Running BE X-Impacts with Firenock Aero outserts. Like the guy above mentioned - you need a real epoxy. 5min stuff is garbage. A slow cure - slightly flexible system works best. I'm using 3M DP810 and it's a fantastic structural adhesive. Allows me to run higher FOC and thus far, have proven to be pretty tough. As this 3D season progresses, I will know better how this combination performs but thus far, pretty happy.

Toss in some 3/4" 8-32 set screws for some improved FOC.


----------



## azscorpion (Feb 12, 2010)

I shoot FMJ Deep SIx Injexions and can tell you that everyone comments on the penetration my arrows get.

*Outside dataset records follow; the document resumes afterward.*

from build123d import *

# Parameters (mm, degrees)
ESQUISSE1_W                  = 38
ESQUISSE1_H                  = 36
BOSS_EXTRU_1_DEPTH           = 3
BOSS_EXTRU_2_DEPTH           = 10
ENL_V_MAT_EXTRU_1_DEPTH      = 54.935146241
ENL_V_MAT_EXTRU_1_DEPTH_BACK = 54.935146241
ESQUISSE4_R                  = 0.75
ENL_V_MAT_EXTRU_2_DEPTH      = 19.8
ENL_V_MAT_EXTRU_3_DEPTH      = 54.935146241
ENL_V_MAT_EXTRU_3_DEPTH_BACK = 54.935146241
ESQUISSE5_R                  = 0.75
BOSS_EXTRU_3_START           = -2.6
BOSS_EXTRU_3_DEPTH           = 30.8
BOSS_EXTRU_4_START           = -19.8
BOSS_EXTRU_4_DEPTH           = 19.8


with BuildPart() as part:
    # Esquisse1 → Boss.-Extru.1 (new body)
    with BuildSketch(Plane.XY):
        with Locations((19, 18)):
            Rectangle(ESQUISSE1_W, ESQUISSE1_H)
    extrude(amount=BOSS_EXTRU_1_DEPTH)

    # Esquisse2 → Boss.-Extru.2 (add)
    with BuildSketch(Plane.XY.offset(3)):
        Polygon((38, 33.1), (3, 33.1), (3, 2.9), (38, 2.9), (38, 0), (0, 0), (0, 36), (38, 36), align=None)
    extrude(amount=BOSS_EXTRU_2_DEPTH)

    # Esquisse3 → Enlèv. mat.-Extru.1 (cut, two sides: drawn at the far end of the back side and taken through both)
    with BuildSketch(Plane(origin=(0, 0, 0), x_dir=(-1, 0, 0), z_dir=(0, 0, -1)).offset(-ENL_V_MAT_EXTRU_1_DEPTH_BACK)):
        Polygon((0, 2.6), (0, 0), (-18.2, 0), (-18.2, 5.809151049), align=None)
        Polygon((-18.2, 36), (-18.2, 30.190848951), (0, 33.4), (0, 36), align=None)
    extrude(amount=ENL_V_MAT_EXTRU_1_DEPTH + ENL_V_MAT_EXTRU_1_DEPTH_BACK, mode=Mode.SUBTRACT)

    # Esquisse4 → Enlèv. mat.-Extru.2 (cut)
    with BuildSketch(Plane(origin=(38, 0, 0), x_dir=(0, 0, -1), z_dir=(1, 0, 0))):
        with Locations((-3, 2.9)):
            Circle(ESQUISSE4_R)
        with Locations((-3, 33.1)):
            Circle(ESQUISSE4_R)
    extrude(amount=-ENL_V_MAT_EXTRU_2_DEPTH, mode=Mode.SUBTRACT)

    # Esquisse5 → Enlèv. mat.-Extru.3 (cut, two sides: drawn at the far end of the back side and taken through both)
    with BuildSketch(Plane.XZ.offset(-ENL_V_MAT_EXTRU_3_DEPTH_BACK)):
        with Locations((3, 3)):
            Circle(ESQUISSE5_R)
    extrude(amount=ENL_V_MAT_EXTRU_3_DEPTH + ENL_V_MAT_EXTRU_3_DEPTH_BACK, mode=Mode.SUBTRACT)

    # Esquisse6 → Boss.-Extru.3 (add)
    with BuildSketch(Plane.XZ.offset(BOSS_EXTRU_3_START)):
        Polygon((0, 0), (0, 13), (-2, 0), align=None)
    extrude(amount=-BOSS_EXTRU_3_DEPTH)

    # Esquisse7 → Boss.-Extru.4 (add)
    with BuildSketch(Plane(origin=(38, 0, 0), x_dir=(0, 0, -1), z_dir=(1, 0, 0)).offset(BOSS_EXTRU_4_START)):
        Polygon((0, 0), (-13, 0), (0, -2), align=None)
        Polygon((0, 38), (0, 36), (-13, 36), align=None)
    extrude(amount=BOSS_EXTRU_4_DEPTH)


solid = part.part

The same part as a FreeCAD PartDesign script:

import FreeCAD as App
import Part
import Sketcher

V = App.Vector
Q = App.Units.Quantity


def add_polygon(sketch, points):
    """Adds a closed chain of lines whose ends are joined by coincident constraints."""
    first, n = sketch.GeometryCount, len(points)
    for a, b in zip(points, points[1:] + points[:1]):
        sketch.addGeometry(Part.LineSegment(App.Vector(*a, 0), App.Vector(*b, 0)), False)
    for i in range(n):
        sketch.addConstraint(Sketcher.Constraint("Coincident", first + i, 2, first + (i + 1) % n, 1))

doc = App.newDocument("Part")
body = doc.addObject("PartDesign::Body", "Body")

sketch1 = doc.addObject("Sketcher::SketchObject", "Sketch")
body.addObject(sketch1)
sketch1.AttachmentSupport = (doc.XY_Plane, [""])
sketch1.MapMode = "FlatFace"
add_polygon(sketch1, [(0, 36), (0, 0), (38, 0), (38, 36)])
sketch1.addConstraint([
    Sketcher.Constraint("Vertical", 0),
    Sketcher.Constraint("Horizontal", 1),
    Sketcher.Constraint("Vertical", 2),
    Sketcher.Constraint("Horizontal", 3),
    Sketcher.Constraint("Coincident", 0, 2, -1, 1),
    Sketcher.Constraint("DistanceX", 1, 1, 1, 2, Q("38 mm")),
    Sketcher.Constraint("DistanceY", 0, 2, 0, 1, Q("36 mm")),
])
pad1 = doc.addObject("PartDesign::Pad", "Pad")
body.addObject(pad1)
pad1.Profile = sketch1
pad1.Length = 3

sketch2 = doc.addObject("Sketcher::SketchObject", "Sketch001")
body.addObject(sketch2)
sketch2.AttachmentSupport = (doc.XY_Plane, [""])
sketch2.MapMode = "FlatFace"
sketch2.AttachmentOffset = App.Placement(V(0, 0, 3), App.Rotation())
add_polygon(sketch2, [(3, 33.1), (38, 33.1), (38, 36), (0, 36), (0, 0), (38, 0), (38, 2.9), (3, 2.9)])
sketch2.addConstraint([
    Sketcher.Constraint("Horizontal", 0),
    Sketcher.Constraint("Vertical", 1),
    Sketcher.Constraint("Horizontal", 2),
    Sketcher.Constraint("Vertical", 3),
    Sketcher.Constraint("Horizontal", 4),
    Sketcher.Constraint("Vertical", 5),
    Sketcher.Constraint("Horizontal", 6),
    Sketcher.Constraint("Vertical", 7),
    Sketcher.Constraint("Coincident", 3, 2, -1, 1),
    Sketcher.Constraint("Vertical", 1, 2, 4, 2),
    Sketcher.Constraint("Equal", 1, 5),
    Sketcher.Constraint("DistanceX", 0, 1, 0, 2, Q("35 mm")),
    Sketcher.Constraint("DistanceX", 2, 2, 2, 1, Q("38 mm")),
    Sketcher.Constraint("DistanceY", 3, 2, 3, 1, Q("36 mm")),
    Sketcher.Constraint("DistanceY", 1, 1, 1, 2, Q("2.9 mm")),
])
pad2 = doc.addObject("PartDesign::Pad", "Pad001")
body.addObject(pad2)
pad2.Profile = sketch2
pad2.Length = 10

sketch3 = doc.addObject("Sketcher::SketchObject", "Sketch002")
body.addObject(sketch3)
sketch3.AttachmentSupport = (doc.XY_Plane, [""])
sketch3.MapMode = "FlatFace"
add_polygon(sketch3, [(0, 0), (0, 2.6), (18.2, 5.8), (18.2, 0)])
add_polygon(sketch3, [(18.2, 36), (18.2, 30.2), (0, 33.4), (0, 36)])
sketch3.addConstraint([
    Sketcher.Constraint("Vertical", 0),
    Sketcher.Constraint("Vertical", 2),
    Sketcher.Constraint("Horizontal", 3),
    Sketcher.Constraint("Vertical", 4),
    Sketcher.Constraint("Vertical", 6),
    Sketcher.Constraint("Horizontal", 7),
    Sketcher.Constraint("Coincident", 3, 2, -1, 1),
    Sketcher.Constraint("PointOnObject", 5, 2, -2),
    Sketcher.Constraint("Vertical", 2, 2, 4, 2),
    Sketcher.Constraint("Equal", 2, 4),
    Sketcher.Constraint("Equal", 0, 6),
    Sketcher.Constraint("Angle", 1, Q("10 deg")),
    Sketcher.Constraint("DistanceX", 3, 2, 3, 1, Q("18.2 mm")),
    Sketcher.Constraint("DistanceY", 0, 1, 0, 2, Q("2.6 mm")),
    Sketcher.Constraint("DistanceY", -1, 1, 6, 2, Q("36 mm")),
])
pocket1 = doc.addObject("PartDesign::Pocket", "Pocket")
body.addObject(pocket1)
pocket1.Profile = sketch3
pocket1.Type = "ThroughAll"
pocket1.Midplane = True

sketch4 = doc.addObject("Sketcher::SketchObject", "Sketch003")
body.addObject(sketch4)
sketch4.AttachmentSupport = (doc.YZ_Plane, [""])
sketch4.MapMode = "FlatFace"
sketch4.AttachmentOffset = App.Placement(V(0, 0, 38), App.Rotation())
sketch4.addGeometry([
    Part.Circle(V(2.9, 3, 0), V(0, 0, 1), 0.8),
    Part.Circle(V(33.1, 3, 0), V(0, 0, 1), 0.8),
], False)
sketch4.addConstraint([
    Sketcher.Constraint("Equal", 0, 1),
    Sketcher.Constraint("Horizontal", 0, 3, 1, 3),
    Sketcher.Constraint("Diameter", 0, Q("1.5 mm")),
    Sketcher.Constraint("DistanceY", -1, 1, 0, 3, Q("3 mm")),
    Sketcher.Constraint("DistanceX", -1, 1, 0, 3, Q("2.9 mm")),
    Sketcher.Constraint("DistanceX", -1, 1, 1, 3, Q("33.1 mm")),
])
pocket2 = doc.addObject("PartDesign::Pocket", "Pocket001")
body.addObject(pocket2)
pocket2.Profile = sketch4
pocket2.Length = 19.8

sketch5 = doc.addObject("Sketcher::SketchObject", "Sketch004")
body.addObject(sketch5)
sketch5.AttachmentSupport = (doc.XZ_Plane, [""])
sketch5.MapMode = "FlatFace"
sketch5.addGeometry(Part.Circle(V(3, 3, 0), V(0, 0, 1), 0.8), False)
sketch5.addConstraint([
    Sketcher.Constraint("Diameter", 0, Q("1.5 mm")),
    Sketcher.Constraint("DistanceX", -1, 1, 0, 3, Q("3 mm")),
    Sketcher.Constraint("DistanceY", -1, 1, 0, 3, Q("3 mm")),
])
pocket3 = doc.addObject("PartDesign::Pocket", "Pocket002")
body.addObject(pocket3)
pocket3.Profile = sketch5
pocket3.Type = "ThroughAll"
pocket3.Midplane = True

sketch6 = doc.addObject("Sketcher::SketchObject", "Sketch005")
body.addObject(sketch6)
sketch6.AttachmentSupport = (doc.XZ_Plane, [""])
sketch6.MapMode = "FlatFace"
sketch6.AttachmentOffset = App.Placement(V(0, 0, -2.6), App.Rotation())
add_polygon(sketch6, [(0, 0), (0, 13), (-2, 0)])
sketch6.addConstraint([
    Sketcher.Constraint("Vertical", 0),
    Sketcher.Constraint("Horizontal", 2),
    Sketcher.Constraint("Coincident", 2, 2, -1, 1),
    Sketcher.Constraint("DistanceX", 2, 1, 2, 2, Q("2 mm")),
    Sketcher.Constraint("DistanceY", 0, 1, 0, 2, Q("13 mm")),
])
pad3 = doc.addObject("PartDesign::Pad", "Pad002")
body.addObject(pad3)
pad3.Profile = sketch6
pad3.Length = 30.8
pad3.Reversed = True

sketch7 = doc.addObject("Sketcher::SketchObject", "Sketch006")
body.addObject(sketch7)
sketch7.AttachmentSupport = (doc.YZ_Plane, [""])
sketch7.MapMode = "FlatFace"
sketch7.AttachmentOffset = App.Placement(V(0, 0, 18.2), App.Rotation())
add_polygon(sketch7, [(0, 0), (0, 13), (-2, 0)])
add_polygon(sketch7, [(36, 0), (38, 0), (36, 13)])
sketch7.addConstraint([
    Sketcher.Constraint("Vertical", 0),
    Sketcher.Constraint("Horizontal", 2),
    Sketcher.Constraint("Horizontal", 3),
    Sketcher.Constraint("Vertical", 5),
    Sketcher.Constraint("Coincident", 2, 2, -1, 1),
    Sketcher.Constraint("PointOnObject", 3, 2, -1),
    Sketcher.Constraint("Horizontal", 0, 2, 4, 2),
    Sketcher.Constraint("Equal", 2, 3),
    Sketcher.Constraint("DistanceX", 2, 1, 2, 2, Q("2 mm")),
    Sketcher.Constraint("DistanceY", 0, 1, 0, 2, Q("13 mm")),
    Sketcher.Constraint("DistanceX", -1, 1, 3, 2, Q("38 mm")),
])
pad4 = doc.addObject("PartDesign::Pad", "Pad003")
body.addObject(pad4)
pad4.Profile = sketch7
pad4.Length = 19.8

doc.recompute()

That said, they are still easy to pull out of the target.


----------



## 1955 (Sep 22, 2009)

azscorpion said:


> I shoot FMJ Deep SIx Injexions and can tell you that everyone comments on the penetration my arrows get.
> 
> That said, they are still easy to pull out of the target.


These two statements to hand in hand. They get great penetration BECAUSE they have less surface area and the only drag is the broadhead itself!
And they're easier to pull for the same reason, less surface area to get gripped by the bale.


----------



## Bughalli (Feb 10, 2011)

I've been running Victory VAP V1's the past three years. I never liked the outserts and heard too many bad stories of them bending, so I've always used DeepSix inserts. They've worked great. Not a single issue.


----------



## canuck1056 (Sep 1, 2010)

I've just installed the Cleanshot lock and load 1/2 in 1/2 out insert in my deer crossing micro diameter arrows . So far I like better than anything else I've tried . Haven't lost one in a target yet . Don't know how tough they are as I haven't hit anything hard yet . It is nice not needing any glue to put them in . They would be very easy to take out and reuse if you break and arrow . Jury is still out though , like I siad just got them and still testing them .


----------



## JDUB007 (Jul 2, 2014)

canuck1056 said:


> I've just installed the Cleanshot lock and load 1/2 in 1/2 out insert in my deer crossing micro diameter arrows . So far I like better than anything else I've tried . Haven't lost one in a target yet . Don't know how tough they are as I haven't hit anything hard yet . It is nice not needing any glue to put them in . They would be very easy to take out and reuse if you break and arrow . Jury is still out though , like I siad just got them and still testing them .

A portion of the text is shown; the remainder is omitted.